§ Assignment:
Only one stretch of the data below is needed. Output the lines from the one with "e32 v28 v30 LINE" up to and including the one with "e36 v32 v34 LINE", exactly as they stand.
Material to process: Begin
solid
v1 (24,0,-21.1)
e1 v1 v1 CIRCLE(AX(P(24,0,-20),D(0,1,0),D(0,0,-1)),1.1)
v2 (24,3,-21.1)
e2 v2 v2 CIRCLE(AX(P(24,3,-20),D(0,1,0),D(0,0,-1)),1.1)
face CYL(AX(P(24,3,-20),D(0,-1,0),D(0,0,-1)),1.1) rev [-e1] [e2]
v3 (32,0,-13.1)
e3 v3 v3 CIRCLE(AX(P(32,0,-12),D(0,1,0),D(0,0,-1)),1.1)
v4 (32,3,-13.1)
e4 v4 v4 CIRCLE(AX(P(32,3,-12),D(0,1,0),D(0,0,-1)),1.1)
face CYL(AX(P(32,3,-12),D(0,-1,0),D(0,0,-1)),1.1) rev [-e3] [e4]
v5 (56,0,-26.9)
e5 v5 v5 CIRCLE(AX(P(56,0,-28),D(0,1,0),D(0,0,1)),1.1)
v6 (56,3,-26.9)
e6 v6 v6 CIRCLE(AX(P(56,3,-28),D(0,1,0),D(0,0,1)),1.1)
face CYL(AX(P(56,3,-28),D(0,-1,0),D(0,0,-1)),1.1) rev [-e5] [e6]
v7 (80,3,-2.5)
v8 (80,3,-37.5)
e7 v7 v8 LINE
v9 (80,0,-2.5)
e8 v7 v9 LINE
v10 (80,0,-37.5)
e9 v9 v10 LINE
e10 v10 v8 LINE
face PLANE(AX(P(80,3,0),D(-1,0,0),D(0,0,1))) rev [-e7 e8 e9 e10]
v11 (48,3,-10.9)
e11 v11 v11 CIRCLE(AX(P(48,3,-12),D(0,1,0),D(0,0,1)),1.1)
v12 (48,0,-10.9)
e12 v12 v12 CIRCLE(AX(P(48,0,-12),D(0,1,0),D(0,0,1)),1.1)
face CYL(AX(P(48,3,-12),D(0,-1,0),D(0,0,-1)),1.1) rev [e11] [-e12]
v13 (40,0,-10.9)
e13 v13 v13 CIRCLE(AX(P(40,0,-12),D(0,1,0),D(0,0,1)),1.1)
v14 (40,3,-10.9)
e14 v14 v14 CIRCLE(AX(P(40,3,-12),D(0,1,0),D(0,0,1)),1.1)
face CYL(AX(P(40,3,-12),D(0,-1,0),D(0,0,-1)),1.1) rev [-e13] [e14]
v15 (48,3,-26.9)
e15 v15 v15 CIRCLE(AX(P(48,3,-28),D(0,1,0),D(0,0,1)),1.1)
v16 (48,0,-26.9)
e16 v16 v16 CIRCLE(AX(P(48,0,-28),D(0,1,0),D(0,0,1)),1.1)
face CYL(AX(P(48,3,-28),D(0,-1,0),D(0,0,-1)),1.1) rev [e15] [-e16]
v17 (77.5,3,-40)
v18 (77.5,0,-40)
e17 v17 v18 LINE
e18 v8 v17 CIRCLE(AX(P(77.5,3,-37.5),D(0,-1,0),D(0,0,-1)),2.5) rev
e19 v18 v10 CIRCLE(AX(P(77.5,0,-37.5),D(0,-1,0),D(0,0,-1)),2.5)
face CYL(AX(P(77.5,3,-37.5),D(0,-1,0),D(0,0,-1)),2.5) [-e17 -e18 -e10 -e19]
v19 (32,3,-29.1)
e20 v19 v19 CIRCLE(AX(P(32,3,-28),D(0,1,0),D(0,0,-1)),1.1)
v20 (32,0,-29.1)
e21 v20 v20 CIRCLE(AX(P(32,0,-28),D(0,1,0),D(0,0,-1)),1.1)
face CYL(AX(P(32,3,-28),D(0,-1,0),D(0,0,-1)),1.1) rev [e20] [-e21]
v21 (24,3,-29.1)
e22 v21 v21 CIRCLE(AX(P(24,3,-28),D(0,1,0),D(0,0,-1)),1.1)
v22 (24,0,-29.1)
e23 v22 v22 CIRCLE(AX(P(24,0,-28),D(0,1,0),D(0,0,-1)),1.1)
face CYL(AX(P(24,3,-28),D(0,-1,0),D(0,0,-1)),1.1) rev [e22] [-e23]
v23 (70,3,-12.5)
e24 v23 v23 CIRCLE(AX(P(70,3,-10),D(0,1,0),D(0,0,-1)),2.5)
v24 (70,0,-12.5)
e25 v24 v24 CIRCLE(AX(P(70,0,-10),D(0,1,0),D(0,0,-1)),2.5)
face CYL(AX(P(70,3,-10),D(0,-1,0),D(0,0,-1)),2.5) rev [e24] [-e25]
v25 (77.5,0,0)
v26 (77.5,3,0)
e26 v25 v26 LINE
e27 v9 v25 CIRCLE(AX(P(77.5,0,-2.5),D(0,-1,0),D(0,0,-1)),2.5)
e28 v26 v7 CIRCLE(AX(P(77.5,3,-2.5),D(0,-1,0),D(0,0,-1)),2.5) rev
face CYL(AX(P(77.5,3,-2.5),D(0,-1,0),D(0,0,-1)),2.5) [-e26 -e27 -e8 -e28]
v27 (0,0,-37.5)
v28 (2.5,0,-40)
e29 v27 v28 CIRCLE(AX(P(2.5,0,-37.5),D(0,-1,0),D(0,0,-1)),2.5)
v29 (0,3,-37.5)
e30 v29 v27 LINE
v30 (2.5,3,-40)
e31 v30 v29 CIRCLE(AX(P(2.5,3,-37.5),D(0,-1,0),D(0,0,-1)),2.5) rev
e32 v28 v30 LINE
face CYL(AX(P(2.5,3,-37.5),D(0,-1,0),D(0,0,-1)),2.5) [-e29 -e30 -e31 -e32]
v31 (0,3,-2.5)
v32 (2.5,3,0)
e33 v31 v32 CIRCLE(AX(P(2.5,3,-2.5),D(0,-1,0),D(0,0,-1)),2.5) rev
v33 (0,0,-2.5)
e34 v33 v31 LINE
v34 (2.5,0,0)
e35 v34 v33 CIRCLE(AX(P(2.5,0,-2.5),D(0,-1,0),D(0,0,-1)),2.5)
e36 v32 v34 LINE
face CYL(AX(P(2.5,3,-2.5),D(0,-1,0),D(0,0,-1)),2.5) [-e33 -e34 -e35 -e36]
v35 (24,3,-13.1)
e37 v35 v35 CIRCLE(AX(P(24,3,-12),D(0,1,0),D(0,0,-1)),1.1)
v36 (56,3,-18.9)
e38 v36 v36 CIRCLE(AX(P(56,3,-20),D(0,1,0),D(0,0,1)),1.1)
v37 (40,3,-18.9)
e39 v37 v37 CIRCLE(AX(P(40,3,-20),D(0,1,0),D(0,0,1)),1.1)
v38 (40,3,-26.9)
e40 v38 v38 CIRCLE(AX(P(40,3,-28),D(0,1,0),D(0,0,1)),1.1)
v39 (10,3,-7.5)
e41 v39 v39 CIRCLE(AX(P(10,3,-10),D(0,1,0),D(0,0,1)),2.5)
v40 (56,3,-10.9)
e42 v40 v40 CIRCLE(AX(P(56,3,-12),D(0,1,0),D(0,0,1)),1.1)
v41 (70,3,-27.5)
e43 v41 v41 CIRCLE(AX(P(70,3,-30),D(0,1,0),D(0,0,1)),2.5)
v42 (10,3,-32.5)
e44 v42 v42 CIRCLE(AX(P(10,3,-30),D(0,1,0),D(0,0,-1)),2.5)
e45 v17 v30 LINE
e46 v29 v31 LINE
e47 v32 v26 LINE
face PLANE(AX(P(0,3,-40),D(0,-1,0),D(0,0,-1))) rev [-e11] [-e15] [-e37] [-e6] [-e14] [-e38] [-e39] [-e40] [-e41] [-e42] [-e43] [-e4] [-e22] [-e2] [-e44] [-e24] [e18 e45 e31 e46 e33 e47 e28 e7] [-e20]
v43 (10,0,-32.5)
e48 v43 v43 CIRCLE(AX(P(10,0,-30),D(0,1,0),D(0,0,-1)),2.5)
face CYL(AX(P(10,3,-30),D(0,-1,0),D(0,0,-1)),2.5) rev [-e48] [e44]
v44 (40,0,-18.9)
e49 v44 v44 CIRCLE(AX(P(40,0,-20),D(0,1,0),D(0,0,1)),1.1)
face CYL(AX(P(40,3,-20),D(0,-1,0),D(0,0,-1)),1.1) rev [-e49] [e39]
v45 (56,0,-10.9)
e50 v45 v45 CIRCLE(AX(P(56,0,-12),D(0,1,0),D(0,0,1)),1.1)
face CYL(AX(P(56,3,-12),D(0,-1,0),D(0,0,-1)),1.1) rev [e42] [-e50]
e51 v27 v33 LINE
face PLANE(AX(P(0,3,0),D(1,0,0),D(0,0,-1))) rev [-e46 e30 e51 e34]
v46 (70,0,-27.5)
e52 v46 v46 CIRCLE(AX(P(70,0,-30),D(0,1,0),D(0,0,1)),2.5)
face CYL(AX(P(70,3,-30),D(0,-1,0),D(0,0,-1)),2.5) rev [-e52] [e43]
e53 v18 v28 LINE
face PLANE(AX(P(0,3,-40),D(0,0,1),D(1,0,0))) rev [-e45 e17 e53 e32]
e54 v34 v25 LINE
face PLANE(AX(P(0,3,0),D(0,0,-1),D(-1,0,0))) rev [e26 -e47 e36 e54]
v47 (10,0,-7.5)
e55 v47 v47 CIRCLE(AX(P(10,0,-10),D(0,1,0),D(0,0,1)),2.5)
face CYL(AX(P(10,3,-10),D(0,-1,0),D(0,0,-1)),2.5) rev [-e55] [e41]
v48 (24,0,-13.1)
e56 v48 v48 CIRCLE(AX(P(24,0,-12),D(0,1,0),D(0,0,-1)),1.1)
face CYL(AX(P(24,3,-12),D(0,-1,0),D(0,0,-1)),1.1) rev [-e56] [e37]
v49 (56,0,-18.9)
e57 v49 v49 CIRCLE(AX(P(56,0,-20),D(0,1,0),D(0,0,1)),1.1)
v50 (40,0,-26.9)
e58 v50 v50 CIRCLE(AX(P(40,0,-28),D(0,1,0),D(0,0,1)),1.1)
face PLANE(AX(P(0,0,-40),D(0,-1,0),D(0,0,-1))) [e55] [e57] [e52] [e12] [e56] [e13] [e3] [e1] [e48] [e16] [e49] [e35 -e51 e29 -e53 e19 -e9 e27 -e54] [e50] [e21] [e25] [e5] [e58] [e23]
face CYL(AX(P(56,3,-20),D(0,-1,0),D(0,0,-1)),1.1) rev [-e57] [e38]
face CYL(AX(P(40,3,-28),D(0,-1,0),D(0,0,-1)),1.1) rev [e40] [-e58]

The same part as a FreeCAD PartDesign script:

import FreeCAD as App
import Part
import Sketcher
from FreeCAD import Vector
Q = App.Units.Quantity


def edges_at(feature, points):
    """Names of the edges that pass closest to the given points."""
    edges = feature.Shape.Edges
    near = lambda p: min(range(len(edges)), key=lambda i: edges[i].distToShape(Part.Vertex(*p))[0])
    return sorted({f"Edge{near(p) + 1}" for p in points})

doc = App.newDocument("Part")
params = doc.addObject("Spreadsheet::Sheet", "Params")
for row, (alias, value) in enumerate([
    ("sketch1_diameter", "5 mm"),
    ("sketch1_diameter2", "2.2 mm"),
    ("sketch1_width", "80 mm"),
    ("sketch1_height", "40 mm"),
    ("pad1_length", "3 mm"),
    ("fillet_radius", "2.5 mm"),
], start=1):
    params.set(f"A{row}", alias)
    params.set(f"B{row}", "=" + value)
    params.setAlias(f"B{row}", alias)

body = doc.addObject("PartDesign::Body", "Body")

# Sketch on XZ plane
sketch1 = body.newObject("Sketcher::SketchObject", "Sketch")
sketch1.AttachmentSupport = (doc.getObject("XZ_Plane"), [""])
sketch1.MapMode = "FlatFace"
sketch1.addGeometry([
    Part.LineSegment(Vector(0, -40, 0), Vector(0, 0, 0)),  # 0
    Part.LineSegment(Vector(0, 0, 0), Vector(80, 0, 0)),  # 1
    Part.LineSegment(Vector(80, 0, 0), Vector(80, -40, 0)),  # 2
    Part.LineSegment(Vector(80, -40, 0), Vector(0, -40, 0)),  # 3
    Part.Circle(Vector(10, -10, 0), Vector(0, 0, 1), 2.5),  # 4
    Part.Circle(Vector(24, -12, 0), Vector(0, 0, 1), 1.1),  # 5
    Part.Circle(Vector(32, -12, 0), Vector(0, 0, 1), 1.1),  # 6
    Part.Circle(Vector(40, -12, 0), Vector(0, 0, 1), 1.1),  # 7
    Part.Circle(Vector(48, -12, 0), Vector(0, 0, 1), 1.1),  # 8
Material to process: End
§ Task solution:
e32 v28 v30 LINE
face CYL(AX(P(2.5,3,-37.5),D(0,-1,0),D(0,0,-1)),2.5) [-e29 -e30 -e31 -e32]
v31 (0,3,-2.5)
v32 (2.5,3,0)
e33 v31 v32 CIRCLE(AX(P(2.5,3,-2.5),D(0,-1,0),D(0,0,-1)),2.5) rev
v33 (0,0,-2.5)
e34 v33 v31 LINE
v34 (2.5,0,0)
e35 v34 v33 CIRCLE(AX(P(2.5,0,-2.5),D(0,-1,0),D(0,0,-1)),2.5)
e36 v32 v34 LINE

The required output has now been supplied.